Ласточка, птенец мой чёрный, Лети за океан, Донеси туда, где доллар Правит жизнью стран, Что, не дав себе споткнуться, Под знамёнами революции, Мы сегодня выполнили план!

В целом занятие по боевой подготовке можно было оценить положительно, потому что мы что? Потому что мы закалились!

Лейтенант Троник уже нетерпеливо ожидал их в политкомнате, чтобы провести политическое обучение личного состава. На это мероприятие прибыл и Ясанек, который хоть и несколько шепелявил, но всё же решил присоединиться к дискуссии о важнейших политических проблемах.

— Товарищи, — начал лейтенант, едва измотанные бойцы попадали на стулья, — ни для кого не секрет, что в мире существуют два лагеря — лагерь социалистический и лагерь капиталистический. Кто мне может сказать, к какому лагерю принадлежит наша социалистическая республика?

— К социалистическому лагерю! — восторженно зашепелявил Ясанек.
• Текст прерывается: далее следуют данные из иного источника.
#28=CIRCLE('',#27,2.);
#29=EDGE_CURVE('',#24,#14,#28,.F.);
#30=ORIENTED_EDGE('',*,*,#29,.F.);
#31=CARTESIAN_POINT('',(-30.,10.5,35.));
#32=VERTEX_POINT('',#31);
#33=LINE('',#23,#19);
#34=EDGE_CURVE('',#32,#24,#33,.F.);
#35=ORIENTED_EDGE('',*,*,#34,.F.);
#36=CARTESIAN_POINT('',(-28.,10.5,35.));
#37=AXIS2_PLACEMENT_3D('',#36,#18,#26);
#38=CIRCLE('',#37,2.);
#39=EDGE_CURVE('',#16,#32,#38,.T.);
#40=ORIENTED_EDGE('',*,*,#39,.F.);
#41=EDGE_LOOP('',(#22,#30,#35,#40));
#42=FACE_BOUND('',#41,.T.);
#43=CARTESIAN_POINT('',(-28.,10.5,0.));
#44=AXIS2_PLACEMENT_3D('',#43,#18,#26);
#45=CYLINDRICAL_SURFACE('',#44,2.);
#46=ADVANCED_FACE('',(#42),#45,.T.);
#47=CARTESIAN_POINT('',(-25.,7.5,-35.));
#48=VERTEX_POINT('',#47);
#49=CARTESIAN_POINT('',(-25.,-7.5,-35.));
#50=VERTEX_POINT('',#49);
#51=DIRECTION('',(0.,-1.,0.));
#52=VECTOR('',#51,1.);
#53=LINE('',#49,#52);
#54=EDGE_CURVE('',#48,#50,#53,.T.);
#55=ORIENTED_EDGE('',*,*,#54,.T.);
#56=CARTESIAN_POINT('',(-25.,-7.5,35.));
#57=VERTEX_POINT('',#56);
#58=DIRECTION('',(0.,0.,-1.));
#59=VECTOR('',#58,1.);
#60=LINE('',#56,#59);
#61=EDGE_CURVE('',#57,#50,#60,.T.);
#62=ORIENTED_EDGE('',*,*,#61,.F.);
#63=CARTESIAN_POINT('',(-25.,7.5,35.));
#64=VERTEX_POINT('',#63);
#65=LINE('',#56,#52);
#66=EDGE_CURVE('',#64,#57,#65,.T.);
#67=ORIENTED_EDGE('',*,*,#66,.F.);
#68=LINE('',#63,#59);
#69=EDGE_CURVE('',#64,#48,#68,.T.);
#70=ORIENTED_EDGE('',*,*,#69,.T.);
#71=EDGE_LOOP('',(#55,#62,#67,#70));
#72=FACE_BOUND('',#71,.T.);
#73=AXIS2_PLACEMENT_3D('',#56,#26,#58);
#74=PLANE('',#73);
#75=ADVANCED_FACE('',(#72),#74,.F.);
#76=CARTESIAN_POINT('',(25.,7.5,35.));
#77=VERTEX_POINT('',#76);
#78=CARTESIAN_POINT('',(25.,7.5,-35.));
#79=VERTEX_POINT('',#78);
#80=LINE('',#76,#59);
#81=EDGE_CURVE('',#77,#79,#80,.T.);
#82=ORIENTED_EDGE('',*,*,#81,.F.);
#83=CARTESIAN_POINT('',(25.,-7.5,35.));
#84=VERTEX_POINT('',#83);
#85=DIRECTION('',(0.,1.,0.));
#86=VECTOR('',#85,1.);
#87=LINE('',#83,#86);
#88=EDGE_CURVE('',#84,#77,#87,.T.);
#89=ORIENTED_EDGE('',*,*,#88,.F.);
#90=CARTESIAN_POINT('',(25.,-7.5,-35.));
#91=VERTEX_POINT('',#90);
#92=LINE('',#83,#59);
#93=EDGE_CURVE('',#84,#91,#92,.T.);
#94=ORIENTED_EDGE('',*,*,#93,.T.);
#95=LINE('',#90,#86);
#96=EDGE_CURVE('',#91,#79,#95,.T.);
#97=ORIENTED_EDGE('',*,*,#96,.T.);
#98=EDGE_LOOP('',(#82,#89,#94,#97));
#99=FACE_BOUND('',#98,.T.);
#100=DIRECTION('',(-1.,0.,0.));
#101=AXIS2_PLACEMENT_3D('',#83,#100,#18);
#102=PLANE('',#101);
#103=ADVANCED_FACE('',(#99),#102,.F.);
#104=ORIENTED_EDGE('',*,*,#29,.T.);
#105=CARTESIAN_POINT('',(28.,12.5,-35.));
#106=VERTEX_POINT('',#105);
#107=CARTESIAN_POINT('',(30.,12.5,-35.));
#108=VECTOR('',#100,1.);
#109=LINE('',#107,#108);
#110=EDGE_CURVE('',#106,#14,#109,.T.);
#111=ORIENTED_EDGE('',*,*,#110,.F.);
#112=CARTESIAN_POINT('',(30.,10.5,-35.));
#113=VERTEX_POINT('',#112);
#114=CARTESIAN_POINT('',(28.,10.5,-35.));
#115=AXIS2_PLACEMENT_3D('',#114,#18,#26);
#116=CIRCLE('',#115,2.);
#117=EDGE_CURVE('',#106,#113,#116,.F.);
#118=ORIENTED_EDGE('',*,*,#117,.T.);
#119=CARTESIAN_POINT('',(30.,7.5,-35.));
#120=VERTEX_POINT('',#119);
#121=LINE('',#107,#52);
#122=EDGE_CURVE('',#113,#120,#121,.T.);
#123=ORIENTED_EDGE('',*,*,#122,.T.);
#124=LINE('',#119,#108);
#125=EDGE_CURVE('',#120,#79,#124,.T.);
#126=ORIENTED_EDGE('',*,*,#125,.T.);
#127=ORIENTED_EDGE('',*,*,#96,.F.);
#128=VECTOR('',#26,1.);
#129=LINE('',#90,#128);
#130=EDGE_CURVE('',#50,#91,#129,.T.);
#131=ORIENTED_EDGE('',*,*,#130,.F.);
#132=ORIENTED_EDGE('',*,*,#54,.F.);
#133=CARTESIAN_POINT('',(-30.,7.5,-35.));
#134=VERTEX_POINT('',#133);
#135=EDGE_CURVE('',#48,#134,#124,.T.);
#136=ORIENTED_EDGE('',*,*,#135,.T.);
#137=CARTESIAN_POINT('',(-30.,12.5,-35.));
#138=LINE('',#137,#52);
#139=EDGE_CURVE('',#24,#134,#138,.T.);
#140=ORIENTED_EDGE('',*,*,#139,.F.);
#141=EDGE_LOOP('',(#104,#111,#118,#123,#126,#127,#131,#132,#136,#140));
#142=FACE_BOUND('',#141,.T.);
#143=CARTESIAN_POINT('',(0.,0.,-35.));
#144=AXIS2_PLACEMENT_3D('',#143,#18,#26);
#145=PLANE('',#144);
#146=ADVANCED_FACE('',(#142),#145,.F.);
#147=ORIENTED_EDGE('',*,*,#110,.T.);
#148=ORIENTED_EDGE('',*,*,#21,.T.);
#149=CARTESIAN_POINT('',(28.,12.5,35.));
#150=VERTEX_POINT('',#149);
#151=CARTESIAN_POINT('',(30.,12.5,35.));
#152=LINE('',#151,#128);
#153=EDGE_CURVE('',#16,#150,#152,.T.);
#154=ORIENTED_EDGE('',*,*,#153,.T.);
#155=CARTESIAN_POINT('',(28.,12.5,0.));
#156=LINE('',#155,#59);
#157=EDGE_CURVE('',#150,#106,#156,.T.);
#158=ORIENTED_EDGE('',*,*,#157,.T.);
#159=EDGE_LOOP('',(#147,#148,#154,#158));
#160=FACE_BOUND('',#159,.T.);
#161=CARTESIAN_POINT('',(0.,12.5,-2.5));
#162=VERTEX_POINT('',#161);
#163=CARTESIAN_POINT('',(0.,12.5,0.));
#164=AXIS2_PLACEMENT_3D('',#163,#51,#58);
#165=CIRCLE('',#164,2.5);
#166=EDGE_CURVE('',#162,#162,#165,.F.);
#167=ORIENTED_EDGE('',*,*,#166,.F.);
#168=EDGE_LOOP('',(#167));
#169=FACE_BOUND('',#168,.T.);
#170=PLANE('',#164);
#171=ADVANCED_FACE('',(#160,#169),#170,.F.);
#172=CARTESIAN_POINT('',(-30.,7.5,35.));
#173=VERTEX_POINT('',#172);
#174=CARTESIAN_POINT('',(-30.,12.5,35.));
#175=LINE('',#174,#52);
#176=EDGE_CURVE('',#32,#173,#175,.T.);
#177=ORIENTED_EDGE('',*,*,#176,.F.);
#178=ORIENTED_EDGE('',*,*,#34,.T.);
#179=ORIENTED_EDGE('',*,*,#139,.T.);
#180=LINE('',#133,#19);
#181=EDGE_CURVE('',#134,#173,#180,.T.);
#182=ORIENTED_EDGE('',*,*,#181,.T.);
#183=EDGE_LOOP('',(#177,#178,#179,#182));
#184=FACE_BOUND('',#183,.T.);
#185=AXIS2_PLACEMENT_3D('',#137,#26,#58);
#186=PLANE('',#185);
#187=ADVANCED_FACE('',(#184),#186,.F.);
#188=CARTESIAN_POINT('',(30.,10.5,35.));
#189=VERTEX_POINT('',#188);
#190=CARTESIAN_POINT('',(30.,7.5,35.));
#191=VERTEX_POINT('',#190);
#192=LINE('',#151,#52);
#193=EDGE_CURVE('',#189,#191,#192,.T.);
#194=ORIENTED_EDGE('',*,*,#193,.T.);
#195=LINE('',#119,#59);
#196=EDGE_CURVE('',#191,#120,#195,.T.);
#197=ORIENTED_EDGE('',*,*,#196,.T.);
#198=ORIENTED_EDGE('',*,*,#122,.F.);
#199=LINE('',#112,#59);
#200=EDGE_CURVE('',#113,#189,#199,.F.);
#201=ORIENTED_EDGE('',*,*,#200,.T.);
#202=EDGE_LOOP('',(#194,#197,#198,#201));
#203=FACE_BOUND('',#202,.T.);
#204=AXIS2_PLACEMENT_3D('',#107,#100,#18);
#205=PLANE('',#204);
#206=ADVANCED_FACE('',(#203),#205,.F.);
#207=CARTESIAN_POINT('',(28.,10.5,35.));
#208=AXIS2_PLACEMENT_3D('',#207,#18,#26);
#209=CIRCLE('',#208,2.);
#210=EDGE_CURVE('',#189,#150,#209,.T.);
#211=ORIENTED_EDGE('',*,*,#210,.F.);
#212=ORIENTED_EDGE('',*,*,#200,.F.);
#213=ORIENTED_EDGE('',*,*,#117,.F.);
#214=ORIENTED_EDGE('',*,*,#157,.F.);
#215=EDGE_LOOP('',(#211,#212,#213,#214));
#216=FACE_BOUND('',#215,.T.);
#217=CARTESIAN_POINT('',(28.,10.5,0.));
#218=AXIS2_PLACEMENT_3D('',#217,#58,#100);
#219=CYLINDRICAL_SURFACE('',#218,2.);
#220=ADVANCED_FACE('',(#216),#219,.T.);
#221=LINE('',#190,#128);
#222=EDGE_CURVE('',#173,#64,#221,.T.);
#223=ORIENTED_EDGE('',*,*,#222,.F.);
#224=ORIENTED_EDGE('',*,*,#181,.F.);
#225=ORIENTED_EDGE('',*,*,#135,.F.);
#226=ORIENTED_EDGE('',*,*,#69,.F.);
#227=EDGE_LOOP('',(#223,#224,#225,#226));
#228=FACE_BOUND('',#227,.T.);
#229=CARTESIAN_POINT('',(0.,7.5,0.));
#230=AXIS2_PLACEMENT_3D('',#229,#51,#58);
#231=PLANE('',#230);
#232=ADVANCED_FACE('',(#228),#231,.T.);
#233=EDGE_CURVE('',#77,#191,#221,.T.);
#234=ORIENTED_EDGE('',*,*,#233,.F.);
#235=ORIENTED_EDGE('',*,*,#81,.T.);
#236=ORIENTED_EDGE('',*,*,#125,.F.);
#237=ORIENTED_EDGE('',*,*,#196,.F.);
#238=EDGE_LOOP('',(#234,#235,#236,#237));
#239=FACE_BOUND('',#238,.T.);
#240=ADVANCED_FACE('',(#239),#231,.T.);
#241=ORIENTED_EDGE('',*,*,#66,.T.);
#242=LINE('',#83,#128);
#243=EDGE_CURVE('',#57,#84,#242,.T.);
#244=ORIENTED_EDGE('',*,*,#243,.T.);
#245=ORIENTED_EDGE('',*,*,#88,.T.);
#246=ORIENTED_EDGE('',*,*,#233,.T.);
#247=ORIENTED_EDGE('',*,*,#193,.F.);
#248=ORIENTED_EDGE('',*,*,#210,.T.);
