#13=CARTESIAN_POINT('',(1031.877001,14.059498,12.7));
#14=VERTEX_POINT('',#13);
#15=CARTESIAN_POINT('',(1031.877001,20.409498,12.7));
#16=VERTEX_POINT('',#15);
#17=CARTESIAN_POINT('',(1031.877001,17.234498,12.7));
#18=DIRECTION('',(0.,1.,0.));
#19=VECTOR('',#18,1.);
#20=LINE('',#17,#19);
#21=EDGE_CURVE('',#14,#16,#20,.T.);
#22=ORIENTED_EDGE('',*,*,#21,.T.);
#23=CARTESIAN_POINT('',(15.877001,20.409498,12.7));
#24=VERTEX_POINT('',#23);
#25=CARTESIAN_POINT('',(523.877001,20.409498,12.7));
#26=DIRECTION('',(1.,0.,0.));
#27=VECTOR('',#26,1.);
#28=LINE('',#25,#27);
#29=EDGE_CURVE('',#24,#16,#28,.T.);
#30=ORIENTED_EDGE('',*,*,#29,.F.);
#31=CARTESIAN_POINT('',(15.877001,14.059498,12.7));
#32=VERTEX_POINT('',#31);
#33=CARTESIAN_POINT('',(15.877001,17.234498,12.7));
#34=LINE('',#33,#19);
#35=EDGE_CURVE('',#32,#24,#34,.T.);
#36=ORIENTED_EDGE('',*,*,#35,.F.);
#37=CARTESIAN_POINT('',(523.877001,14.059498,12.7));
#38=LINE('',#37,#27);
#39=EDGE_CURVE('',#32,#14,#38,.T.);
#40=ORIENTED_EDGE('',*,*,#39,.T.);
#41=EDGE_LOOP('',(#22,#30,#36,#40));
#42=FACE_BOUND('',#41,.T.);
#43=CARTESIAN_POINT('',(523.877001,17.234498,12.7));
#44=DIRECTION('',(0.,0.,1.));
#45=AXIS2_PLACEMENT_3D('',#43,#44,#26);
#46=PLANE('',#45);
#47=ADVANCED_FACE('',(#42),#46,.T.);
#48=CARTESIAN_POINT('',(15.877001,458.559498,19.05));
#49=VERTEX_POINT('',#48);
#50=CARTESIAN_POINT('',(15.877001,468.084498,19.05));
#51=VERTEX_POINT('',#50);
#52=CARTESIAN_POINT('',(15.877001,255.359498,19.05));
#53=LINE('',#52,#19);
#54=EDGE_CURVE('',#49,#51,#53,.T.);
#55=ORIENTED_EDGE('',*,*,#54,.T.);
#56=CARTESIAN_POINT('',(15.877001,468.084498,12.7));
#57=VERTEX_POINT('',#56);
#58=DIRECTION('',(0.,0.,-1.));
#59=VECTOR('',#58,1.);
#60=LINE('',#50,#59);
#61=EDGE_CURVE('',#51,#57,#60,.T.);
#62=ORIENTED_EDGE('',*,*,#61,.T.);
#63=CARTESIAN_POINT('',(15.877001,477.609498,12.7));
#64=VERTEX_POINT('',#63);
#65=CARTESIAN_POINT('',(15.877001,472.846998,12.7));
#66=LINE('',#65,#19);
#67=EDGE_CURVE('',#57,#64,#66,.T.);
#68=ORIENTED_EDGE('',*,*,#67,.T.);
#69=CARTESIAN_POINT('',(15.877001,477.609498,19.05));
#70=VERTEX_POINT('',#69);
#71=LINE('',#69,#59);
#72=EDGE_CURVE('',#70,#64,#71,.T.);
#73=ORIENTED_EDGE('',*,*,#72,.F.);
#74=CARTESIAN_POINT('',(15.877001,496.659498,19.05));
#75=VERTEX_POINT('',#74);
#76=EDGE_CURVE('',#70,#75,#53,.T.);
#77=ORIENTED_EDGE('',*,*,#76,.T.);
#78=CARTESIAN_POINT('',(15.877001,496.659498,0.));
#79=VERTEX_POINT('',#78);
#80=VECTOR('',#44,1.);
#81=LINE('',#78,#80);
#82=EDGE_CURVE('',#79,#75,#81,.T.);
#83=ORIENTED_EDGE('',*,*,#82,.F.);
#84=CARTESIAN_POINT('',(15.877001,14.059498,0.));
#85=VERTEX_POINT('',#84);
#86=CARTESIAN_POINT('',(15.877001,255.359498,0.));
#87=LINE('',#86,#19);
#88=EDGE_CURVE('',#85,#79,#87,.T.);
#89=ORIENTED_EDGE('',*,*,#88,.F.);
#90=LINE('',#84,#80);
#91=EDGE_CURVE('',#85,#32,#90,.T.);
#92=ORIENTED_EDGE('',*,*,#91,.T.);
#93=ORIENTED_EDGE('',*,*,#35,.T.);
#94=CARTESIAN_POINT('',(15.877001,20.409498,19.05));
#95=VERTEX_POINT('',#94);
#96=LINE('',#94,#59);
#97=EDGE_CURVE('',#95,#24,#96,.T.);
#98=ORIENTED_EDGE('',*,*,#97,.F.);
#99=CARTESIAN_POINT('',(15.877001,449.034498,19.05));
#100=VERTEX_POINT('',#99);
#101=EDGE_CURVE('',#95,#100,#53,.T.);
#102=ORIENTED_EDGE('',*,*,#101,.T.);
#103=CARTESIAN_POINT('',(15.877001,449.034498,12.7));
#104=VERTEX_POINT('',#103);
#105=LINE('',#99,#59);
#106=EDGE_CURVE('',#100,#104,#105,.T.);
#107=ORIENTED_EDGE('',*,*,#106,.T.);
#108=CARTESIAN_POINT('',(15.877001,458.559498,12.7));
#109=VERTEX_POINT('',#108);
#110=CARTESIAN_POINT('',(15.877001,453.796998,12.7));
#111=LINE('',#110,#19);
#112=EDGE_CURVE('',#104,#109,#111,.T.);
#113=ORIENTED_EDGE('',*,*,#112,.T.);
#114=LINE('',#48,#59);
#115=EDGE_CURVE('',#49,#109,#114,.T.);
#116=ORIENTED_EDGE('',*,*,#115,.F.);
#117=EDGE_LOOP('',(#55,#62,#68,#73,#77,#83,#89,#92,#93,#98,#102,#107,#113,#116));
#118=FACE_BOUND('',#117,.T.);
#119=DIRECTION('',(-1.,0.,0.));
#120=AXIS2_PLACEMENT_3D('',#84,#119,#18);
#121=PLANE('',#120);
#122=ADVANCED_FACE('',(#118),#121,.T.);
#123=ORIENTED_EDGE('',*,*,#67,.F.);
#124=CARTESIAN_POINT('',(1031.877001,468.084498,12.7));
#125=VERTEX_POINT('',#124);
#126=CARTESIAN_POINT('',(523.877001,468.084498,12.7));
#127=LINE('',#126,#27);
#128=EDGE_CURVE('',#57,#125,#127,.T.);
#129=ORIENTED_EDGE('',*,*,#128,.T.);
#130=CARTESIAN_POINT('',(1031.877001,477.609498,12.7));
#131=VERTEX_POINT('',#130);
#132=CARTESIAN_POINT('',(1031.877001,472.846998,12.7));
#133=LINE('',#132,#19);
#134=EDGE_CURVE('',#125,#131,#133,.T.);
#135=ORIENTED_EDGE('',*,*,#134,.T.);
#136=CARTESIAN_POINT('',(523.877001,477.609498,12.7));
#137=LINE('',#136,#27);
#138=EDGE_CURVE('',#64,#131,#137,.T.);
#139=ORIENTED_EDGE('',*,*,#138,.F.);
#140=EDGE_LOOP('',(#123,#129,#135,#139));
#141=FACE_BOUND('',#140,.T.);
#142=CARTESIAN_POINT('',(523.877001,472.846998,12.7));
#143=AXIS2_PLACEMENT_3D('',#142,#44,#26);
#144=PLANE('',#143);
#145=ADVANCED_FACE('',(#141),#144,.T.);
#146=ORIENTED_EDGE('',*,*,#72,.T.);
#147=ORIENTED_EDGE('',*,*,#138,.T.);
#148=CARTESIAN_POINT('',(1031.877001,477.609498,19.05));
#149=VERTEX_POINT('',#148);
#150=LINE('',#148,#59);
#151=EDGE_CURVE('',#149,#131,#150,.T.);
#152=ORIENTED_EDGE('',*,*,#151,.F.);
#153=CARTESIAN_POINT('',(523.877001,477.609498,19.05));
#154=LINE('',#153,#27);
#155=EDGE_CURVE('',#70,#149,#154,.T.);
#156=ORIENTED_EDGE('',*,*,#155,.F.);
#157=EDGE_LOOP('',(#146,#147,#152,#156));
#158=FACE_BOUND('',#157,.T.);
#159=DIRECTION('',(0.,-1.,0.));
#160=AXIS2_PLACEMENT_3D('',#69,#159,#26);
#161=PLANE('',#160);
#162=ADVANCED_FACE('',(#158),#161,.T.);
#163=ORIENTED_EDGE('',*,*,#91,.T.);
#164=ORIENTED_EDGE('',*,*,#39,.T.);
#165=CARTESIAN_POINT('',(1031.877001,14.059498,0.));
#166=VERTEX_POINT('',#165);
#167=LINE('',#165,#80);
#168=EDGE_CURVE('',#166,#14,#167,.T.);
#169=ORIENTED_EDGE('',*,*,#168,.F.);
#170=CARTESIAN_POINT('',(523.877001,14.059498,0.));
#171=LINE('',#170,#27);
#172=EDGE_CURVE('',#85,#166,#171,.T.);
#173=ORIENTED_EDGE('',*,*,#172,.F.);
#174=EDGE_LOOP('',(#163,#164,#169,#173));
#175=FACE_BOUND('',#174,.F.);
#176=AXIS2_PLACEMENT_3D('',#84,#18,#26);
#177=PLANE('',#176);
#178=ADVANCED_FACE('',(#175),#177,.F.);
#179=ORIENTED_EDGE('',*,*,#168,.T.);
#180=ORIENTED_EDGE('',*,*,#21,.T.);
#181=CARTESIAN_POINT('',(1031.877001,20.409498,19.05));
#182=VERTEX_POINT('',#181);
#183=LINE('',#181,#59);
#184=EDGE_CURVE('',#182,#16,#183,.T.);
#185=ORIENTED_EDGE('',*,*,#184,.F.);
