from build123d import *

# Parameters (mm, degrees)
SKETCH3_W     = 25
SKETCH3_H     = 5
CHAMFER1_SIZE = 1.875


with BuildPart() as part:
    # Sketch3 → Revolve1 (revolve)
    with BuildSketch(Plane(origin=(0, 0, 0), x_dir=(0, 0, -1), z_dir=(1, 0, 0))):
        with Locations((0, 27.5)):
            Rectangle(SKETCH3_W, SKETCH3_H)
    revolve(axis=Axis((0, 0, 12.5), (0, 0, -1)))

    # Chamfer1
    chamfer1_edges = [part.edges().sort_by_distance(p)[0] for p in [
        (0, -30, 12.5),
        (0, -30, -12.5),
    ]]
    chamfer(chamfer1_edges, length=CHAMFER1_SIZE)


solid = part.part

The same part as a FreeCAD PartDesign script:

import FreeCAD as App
import Part
import Sketcher
from FreeCAD import Vector
Q = App.Units.Quantity


def edges_at(feature, points):
    """Names of the edges that pass closest to the given points."""
    edges = feature.Shape.Edges
    near = lambda p: min(range(len(edges)), key=lambda i: edges[i].distToShape(Part.Vertex(*p))[0])
    return sorted({f"Edge{near(p) + 1}" for p in points})

doc = App.newDocument("Part")
body = doc.addObject("PartDesign::Body", "Body")

# Sketch on YZ plane
sketch1 = body.newObject("Sketcher::SketchObject", "Sketch")
sketch1.AttachmentSupport = (doc.getObject("YZ_Plane"), [""])
sketch1.MapMode = "FlatFace"
sketch1.addGeometry(Part.LineSegment(Vector(30, 12, 0), Vector(25, 12, 0)), False)
sketch1.addGeometry(Part.LineSegment(Vector(25, 12, 0), Vector(25, -12, 0)), False)
sketch1.addGeometry(Part.LineSegment(Vector(25, -12, 0), Vector(30, -12, 0)), False)
sketch1.addGeometry(Part.LineSegment(Vector(30, -12, 0), Vector(30, 12, 0)), False)
sketch1.addConstraint(Sketcher.Constraint("Coincident", 0, 2, 1, 1))
sketch1.addConstraint(Sketcher.Constraint("Coincident", 1, 2, 2, 1))
sketch1.addConstraint(Sketcher.Constraint("Coincident", 2, 2, 3, 1))
sketch1.addConstraint(Sketcher.Constraint("Coincident", 3, 2, 0, 1))
sketch1.addConstraint(Sketcher.Constraint("Horizontal", 0))
sketch1.addConstraint(Sketcher.Constraint("Vertical", 1))
sketch1.addConstraint(Sketcher.Constraint("Horizontal", 2))
sketch1.addConstraint(Sketcher.Constraint("Vertical", 3))
sketch1.addConstraint(Sketcher.Constraint("DistanceX", 0, 2, 0, 1, Q("5 mm")))
sketch1.addConstraint(Sketcher.Constraint("DistanceY", 1, 2, 1, 1, Q("25 mm")))
sketch1.addConstraint(Sketcher.Constraint("DistanceX", -1, 1, 0, 2, Q("25 mm")))
sketch1.addConstraint(Sketcher.Constraint("DistanceY", -1, 1, 0, 2, Q("12.5 mm")))
revolution = body.newObject("PartDesign::Revolution", "Revolution")
revolution.Profile = sketch1
revolution.ReferenceAxis = (sketch1, ["V_Axis"])
revolution.Angle = 360
doc.recompute()

chamfer = body.newObject("PartDesign::Chamfer", "Chamfer")
chamfer.Base = (revolution, edges_at(revolution, [(0, -30, 12.5), (0, -30, -12.5)]))
chamfer.Size = 1.875

doc.recompute()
— Отлично! — похвалил его Троник. — Мы принадлежим к социалистическому лагерю, и располагаем всеми его возможностями и завоеваниями. Возьмём случай рядового Ясанека! Рядовой Ясанек себе, товарищи, выбил зубы. Если бы он выбил их при эксплуататорском, капиталистическом режиме, то пришлось бы ему заплатить за новые зубы из собственного кармана. Если бы он был безработным, и кормил старуху мать, находящуюся у него на иждивении, то вообще не смог бы вставить зубы, и из‑за равнодушия общества ходил бы беззубый! Однако товарищ Ясанек выбил себе зубы, будучи строителем социализма и комсомольцем. Ему нечего опасаться, товарищи, поскольку новый, прогрессивный строй не повернётся к нему спиной! Товарищ Ясанек получит новые зубы, товарищи, бесплатно! Такова правда, и её не поколебать никакой»Свободной Европе»и никакому»Голосу Америки»! На нашей стороне не только наши строительные успехи, но и наш растущий жизненный уровень. Трудящиеся на Западе зачастую вообще не трудящиеся, потому что они безработные. Питаются объедками, выброшенными на помойку капиталистическими живодёрами и ночуют под мостами. Насколько радостнее, товарищи, жить при социализме. Здесь есть кто‑нибудь безработный?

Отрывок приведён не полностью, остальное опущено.